• **Exercise prompt**
When you reach the line containing "#225=ORIENTED_EDGE('',*,*,#224,.F.);" in the records below, start copying exactly, and stop once you have copied the line containing "#236=ORIENTED_EDGE('',*,*,#235,.F.);".

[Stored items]
----------------------------------------
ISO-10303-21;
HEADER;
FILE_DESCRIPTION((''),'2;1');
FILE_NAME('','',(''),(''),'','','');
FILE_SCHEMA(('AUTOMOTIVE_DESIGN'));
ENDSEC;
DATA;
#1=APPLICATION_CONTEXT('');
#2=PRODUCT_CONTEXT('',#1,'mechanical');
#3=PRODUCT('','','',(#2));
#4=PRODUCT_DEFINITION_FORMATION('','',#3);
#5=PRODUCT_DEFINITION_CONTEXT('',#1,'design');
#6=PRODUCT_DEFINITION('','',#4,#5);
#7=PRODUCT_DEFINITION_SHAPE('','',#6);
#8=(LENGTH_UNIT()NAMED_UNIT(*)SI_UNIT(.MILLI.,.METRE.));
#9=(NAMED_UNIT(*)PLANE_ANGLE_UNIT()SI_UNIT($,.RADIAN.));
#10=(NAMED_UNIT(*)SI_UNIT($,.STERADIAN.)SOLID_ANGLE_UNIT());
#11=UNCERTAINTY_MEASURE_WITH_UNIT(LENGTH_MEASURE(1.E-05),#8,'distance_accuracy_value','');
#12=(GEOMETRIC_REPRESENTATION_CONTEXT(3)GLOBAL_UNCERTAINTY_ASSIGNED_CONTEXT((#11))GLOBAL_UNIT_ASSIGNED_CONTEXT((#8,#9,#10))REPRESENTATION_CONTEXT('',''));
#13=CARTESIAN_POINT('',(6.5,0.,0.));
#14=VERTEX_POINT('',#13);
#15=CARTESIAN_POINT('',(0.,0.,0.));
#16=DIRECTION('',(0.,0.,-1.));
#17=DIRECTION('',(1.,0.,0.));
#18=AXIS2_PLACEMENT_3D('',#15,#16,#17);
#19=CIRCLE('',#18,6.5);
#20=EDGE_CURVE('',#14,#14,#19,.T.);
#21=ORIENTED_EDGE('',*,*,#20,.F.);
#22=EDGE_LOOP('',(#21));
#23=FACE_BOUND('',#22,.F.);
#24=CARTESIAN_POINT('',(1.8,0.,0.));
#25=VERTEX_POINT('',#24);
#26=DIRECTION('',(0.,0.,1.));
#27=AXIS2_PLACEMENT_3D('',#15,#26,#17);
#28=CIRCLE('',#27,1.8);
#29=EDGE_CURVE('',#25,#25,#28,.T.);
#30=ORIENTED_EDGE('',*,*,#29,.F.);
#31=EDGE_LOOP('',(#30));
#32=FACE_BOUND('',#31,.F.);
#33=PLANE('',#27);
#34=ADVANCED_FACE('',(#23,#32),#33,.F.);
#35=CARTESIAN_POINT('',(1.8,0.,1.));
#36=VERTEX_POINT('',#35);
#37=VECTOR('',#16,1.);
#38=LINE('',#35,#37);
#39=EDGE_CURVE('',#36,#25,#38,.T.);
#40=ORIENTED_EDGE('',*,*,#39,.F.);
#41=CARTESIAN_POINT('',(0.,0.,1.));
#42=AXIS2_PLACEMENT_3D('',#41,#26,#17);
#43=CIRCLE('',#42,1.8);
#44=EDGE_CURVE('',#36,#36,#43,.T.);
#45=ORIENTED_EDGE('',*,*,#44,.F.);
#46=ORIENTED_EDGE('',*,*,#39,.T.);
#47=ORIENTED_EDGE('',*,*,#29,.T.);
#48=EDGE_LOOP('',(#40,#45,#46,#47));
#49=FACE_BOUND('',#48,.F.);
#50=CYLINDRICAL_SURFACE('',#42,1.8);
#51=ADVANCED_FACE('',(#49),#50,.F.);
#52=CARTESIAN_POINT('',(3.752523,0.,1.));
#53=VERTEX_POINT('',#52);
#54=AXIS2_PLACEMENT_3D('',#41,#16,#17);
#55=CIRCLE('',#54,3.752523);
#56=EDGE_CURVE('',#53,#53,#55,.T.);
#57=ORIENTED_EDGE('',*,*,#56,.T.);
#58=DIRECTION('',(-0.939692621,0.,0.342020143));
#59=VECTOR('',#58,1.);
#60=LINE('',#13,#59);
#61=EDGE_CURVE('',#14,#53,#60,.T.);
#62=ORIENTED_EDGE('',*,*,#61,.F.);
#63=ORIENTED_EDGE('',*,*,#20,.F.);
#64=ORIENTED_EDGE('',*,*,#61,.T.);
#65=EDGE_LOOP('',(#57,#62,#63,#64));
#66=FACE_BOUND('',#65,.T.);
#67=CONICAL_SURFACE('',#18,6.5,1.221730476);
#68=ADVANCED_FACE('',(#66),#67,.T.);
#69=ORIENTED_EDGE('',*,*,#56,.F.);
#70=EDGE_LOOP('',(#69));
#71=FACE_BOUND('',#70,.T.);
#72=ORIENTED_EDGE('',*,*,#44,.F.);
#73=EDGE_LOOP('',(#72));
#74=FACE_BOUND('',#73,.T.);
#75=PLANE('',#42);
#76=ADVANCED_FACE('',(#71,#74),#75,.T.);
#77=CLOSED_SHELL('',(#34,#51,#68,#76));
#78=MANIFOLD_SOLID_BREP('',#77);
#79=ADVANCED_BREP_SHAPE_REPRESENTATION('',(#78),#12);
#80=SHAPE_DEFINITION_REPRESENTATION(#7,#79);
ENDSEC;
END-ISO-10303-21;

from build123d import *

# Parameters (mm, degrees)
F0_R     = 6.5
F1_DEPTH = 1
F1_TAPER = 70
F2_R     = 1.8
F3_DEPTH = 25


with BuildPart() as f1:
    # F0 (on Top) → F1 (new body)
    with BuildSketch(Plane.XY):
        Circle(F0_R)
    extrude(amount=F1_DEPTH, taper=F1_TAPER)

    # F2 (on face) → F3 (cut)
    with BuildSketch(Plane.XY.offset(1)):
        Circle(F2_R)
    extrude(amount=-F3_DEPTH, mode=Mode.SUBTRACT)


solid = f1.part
----------------------------------------
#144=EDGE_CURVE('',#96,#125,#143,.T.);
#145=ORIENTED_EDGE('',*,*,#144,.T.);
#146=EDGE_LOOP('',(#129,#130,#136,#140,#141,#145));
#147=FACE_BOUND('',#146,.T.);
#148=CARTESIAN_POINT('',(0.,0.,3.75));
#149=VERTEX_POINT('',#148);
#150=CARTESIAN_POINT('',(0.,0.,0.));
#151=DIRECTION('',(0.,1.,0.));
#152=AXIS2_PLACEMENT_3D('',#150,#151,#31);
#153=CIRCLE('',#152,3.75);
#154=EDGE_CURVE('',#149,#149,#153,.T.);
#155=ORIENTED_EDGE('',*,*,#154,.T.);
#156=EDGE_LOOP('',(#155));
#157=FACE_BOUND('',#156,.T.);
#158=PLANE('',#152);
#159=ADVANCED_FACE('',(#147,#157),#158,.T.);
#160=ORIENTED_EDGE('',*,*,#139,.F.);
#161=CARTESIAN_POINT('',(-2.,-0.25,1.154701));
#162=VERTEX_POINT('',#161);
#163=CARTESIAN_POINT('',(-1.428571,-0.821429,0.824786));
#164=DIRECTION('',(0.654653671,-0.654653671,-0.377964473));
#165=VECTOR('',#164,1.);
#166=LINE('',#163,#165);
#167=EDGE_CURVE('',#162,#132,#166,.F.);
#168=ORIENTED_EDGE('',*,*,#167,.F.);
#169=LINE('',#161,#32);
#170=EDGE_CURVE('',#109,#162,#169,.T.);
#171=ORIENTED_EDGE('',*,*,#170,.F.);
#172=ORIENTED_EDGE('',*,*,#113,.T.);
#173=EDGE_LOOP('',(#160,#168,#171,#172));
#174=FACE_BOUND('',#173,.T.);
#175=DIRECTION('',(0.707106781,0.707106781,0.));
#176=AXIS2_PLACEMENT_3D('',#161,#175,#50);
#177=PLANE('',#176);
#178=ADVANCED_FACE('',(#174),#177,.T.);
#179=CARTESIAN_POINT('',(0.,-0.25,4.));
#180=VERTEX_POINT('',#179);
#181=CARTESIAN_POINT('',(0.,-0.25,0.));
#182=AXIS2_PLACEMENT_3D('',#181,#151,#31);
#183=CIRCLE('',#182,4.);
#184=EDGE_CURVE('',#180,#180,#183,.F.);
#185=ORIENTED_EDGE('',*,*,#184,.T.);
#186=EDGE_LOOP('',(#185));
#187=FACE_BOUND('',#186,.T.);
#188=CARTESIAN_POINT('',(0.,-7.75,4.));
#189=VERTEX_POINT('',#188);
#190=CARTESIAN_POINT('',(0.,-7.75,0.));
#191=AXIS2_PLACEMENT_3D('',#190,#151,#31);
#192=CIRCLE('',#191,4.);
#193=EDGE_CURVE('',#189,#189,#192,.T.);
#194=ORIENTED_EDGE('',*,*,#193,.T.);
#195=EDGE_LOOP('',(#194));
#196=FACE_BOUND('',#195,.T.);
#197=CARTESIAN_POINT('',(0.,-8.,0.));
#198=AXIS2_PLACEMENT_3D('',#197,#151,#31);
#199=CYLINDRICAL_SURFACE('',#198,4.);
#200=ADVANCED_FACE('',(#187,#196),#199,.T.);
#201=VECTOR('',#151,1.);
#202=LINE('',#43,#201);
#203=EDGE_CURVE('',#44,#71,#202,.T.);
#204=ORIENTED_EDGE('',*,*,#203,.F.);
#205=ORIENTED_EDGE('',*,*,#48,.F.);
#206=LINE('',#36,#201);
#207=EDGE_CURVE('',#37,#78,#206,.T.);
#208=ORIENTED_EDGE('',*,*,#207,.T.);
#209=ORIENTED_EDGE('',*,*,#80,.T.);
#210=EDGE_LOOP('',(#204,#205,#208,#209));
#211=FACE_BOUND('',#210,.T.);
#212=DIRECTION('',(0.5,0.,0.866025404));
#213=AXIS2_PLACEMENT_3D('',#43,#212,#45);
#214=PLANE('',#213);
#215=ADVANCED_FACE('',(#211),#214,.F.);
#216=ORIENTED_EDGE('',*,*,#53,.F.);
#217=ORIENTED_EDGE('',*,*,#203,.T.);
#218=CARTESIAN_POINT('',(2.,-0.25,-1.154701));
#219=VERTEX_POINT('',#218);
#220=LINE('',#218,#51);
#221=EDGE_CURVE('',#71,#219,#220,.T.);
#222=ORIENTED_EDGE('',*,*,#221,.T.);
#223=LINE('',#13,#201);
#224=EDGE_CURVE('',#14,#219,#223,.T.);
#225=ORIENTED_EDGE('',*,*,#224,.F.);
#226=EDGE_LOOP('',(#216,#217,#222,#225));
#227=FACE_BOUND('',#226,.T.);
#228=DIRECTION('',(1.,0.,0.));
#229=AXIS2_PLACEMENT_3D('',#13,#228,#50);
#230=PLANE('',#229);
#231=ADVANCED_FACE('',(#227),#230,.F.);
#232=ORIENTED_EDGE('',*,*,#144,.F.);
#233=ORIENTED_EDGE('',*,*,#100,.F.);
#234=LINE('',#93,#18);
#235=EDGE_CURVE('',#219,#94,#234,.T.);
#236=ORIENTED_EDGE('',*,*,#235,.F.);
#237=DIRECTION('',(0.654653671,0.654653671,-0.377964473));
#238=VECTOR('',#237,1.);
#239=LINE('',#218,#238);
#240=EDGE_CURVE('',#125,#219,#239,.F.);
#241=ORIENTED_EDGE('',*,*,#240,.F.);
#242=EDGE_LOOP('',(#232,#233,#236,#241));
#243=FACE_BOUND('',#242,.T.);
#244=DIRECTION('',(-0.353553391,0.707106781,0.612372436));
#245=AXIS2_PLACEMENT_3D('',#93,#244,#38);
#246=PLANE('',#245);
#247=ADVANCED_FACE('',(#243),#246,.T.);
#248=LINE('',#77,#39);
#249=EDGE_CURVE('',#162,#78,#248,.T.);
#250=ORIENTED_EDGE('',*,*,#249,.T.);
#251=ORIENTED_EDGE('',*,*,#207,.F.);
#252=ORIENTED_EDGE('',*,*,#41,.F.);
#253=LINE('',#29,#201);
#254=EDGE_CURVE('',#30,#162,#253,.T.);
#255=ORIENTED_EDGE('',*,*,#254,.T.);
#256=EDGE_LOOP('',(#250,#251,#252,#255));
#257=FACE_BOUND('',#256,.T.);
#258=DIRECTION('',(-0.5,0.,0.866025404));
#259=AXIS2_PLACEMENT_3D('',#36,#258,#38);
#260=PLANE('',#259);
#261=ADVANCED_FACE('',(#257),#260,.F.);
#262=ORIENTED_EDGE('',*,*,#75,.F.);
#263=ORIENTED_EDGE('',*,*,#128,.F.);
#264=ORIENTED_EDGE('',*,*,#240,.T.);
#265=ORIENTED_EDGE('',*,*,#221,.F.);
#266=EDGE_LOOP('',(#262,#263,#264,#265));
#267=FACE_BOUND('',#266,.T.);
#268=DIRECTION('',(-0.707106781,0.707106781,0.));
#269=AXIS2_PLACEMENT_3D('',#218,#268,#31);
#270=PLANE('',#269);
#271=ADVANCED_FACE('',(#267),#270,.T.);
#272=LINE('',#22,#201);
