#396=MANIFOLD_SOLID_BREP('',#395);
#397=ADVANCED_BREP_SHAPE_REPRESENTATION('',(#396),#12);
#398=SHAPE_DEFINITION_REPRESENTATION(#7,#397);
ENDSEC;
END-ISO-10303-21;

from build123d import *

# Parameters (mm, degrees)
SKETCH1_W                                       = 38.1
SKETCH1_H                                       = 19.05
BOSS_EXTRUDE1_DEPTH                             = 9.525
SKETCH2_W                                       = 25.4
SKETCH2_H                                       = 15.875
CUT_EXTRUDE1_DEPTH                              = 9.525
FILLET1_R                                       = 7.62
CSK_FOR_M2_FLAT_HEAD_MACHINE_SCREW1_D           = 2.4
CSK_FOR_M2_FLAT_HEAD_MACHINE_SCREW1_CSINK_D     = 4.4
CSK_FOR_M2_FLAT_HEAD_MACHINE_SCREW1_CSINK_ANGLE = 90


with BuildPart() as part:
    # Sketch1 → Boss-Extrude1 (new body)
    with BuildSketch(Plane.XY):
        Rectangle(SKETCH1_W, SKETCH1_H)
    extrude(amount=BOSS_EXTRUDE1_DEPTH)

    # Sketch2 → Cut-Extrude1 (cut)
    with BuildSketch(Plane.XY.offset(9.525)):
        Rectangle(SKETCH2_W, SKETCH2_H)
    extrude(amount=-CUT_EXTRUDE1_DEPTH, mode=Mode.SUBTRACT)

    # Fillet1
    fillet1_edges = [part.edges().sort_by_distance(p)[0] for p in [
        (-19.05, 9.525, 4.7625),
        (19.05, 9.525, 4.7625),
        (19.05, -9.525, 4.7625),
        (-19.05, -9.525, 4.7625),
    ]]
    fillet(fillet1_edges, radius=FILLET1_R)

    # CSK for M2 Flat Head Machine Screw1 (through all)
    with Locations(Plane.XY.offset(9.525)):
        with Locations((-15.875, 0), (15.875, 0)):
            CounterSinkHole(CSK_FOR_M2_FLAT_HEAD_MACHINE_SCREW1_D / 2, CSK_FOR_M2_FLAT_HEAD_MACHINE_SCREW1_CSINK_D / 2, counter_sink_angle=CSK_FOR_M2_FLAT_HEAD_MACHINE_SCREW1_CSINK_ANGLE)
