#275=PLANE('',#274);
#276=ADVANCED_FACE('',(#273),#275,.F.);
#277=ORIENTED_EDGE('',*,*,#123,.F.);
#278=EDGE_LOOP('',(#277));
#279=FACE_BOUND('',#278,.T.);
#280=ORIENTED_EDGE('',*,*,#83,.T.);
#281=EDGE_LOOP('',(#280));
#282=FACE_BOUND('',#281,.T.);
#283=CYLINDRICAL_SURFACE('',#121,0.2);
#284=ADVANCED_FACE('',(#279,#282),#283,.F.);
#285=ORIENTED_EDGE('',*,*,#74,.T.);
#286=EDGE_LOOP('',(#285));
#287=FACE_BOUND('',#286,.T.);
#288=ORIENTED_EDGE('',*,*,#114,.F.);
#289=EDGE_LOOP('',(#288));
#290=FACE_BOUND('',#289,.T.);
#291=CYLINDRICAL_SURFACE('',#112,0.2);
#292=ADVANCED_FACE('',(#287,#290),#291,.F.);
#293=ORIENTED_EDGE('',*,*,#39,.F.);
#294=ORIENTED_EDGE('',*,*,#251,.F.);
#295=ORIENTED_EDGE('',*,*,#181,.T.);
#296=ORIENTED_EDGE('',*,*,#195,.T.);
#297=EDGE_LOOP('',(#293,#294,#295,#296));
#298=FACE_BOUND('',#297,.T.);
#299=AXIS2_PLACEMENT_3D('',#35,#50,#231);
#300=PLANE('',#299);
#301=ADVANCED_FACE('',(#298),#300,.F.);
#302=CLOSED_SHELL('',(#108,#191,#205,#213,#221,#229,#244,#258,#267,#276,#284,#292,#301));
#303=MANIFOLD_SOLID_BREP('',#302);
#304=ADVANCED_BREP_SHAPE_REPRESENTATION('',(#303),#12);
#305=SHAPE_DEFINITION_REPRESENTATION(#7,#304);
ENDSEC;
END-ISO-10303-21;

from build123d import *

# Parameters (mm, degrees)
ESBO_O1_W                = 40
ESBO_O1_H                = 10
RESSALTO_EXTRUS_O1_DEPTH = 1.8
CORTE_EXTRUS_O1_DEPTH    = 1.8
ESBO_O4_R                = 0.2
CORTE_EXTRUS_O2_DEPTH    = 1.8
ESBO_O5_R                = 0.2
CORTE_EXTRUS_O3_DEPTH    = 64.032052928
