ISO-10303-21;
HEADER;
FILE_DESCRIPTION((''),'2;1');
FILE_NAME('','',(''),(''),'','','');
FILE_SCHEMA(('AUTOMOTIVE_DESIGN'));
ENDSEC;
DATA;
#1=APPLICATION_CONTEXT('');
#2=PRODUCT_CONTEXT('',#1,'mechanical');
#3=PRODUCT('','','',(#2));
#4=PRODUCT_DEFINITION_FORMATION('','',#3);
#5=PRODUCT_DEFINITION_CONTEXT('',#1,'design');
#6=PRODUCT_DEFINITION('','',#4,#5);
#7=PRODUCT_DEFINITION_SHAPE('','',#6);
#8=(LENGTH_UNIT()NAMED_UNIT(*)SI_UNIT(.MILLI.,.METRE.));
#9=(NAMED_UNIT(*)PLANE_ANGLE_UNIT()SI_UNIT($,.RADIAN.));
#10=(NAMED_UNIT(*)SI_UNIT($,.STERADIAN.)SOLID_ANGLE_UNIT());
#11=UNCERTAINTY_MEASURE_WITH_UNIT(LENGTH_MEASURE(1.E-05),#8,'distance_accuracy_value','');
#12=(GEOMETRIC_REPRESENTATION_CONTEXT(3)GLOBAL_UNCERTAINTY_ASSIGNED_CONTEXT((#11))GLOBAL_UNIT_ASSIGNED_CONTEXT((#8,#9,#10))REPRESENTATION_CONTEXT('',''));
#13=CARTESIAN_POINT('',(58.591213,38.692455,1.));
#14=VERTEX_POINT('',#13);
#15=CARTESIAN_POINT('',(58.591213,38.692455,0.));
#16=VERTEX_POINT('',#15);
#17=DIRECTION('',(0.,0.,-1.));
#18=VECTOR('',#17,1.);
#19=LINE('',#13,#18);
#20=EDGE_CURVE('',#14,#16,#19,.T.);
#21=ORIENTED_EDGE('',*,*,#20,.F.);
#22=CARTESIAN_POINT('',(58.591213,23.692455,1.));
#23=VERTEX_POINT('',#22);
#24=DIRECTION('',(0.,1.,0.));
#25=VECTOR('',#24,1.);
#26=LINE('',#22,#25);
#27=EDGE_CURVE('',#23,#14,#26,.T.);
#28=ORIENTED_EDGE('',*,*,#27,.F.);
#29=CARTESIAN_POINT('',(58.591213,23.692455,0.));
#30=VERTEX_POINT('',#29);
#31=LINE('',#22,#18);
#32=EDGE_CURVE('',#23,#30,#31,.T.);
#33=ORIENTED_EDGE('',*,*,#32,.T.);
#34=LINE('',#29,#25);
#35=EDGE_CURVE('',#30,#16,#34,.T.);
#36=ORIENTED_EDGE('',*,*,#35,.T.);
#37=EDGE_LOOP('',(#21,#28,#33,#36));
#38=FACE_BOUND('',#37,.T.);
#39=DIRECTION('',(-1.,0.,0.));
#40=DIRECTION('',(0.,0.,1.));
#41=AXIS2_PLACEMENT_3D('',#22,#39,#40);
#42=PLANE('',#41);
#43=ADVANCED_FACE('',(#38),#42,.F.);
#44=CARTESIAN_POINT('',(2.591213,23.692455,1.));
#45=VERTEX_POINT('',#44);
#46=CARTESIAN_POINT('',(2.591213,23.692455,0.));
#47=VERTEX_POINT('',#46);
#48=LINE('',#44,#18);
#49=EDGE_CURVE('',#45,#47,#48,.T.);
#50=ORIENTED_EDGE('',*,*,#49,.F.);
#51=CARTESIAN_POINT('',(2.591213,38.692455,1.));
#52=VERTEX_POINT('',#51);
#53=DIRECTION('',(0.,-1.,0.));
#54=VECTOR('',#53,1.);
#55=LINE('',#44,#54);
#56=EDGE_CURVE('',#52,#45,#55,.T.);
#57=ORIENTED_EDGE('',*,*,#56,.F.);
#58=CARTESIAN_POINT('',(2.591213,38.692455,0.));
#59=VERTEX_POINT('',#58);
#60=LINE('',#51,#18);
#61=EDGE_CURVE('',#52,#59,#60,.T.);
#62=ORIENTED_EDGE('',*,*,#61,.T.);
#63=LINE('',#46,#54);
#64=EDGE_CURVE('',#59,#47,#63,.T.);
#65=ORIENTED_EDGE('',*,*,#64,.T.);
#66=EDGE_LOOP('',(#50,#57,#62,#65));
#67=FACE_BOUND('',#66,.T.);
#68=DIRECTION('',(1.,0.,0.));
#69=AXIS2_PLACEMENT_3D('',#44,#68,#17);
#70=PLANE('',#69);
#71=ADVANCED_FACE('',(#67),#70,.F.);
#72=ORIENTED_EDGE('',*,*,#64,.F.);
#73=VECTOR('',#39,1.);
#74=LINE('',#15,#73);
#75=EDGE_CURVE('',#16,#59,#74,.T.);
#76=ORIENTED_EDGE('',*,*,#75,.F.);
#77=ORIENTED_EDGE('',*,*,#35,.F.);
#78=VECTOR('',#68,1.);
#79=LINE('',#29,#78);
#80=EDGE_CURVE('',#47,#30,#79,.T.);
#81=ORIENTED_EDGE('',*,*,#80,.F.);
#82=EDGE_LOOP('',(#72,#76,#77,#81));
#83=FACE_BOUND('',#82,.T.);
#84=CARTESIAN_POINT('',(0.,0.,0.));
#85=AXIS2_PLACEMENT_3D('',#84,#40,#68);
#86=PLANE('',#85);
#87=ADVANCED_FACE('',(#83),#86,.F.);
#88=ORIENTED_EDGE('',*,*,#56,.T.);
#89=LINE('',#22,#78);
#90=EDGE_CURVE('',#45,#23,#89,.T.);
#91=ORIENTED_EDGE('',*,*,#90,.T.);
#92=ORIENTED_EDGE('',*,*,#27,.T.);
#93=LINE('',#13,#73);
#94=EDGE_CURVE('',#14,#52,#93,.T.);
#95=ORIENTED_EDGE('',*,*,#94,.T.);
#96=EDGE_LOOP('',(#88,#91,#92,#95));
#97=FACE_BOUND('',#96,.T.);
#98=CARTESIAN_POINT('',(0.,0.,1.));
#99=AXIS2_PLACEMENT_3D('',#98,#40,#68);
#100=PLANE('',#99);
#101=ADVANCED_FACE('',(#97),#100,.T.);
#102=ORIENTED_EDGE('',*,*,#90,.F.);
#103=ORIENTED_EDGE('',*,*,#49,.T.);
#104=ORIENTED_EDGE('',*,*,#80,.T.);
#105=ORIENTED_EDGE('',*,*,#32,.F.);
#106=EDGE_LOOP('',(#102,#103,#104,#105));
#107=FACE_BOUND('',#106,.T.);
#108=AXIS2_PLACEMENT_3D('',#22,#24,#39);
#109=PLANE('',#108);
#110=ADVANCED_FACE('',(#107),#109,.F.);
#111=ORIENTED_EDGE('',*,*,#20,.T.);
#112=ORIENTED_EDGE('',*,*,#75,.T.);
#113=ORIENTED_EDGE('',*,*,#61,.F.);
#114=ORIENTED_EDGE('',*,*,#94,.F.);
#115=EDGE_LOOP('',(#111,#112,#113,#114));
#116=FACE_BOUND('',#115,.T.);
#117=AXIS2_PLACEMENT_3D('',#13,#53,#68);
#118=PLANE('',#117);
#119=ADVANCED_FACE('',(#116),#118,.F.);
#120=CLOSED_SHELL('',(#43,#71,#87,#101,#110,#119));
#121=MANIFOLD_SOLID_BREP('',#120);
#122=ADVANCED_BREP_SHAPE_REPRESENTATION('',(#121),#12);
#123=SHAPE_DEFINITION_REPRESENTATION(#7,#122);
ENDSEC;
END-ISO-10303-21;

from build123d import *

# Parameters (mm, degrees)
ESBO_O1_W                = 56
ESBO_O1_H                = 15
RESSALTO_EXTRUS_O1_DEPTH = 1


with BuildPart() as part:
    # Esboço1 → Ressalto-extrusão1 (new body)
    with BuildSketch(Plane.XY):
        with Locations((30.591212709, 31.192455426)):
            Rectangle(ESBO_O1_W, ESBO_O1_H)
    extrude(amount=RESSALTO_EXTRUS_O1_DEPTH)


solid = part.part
----------------------------------------
• **Problem solution**
#225=ORIENTED_EDGE('',*,*,#224,.F.);
#226=EDGE_LOOP('',(#216,#217,#222,#225));
#227=FACE_BOUND('',#226,.T.);
#228=DIRECTION('',(1.,0.,0.));
#229=AXIS2_PLACEMENT_3D('',#13,#228,#50);
#230=PLANE('',#229);
#231=ADVANCED_FACE('',(#227),#230,.F.);
#232=ORIENTED_EDGE('',*,*,#144,.F.);
#233=ORIENTED_EDGE('',*,*,#100,.F.);
#234=LINE('',#93,#18);
#235=EDGE_CURVE('',#219,#94,#234,.T.);
#236=ORIENTED_EDGE('',*,*,#235,.F.);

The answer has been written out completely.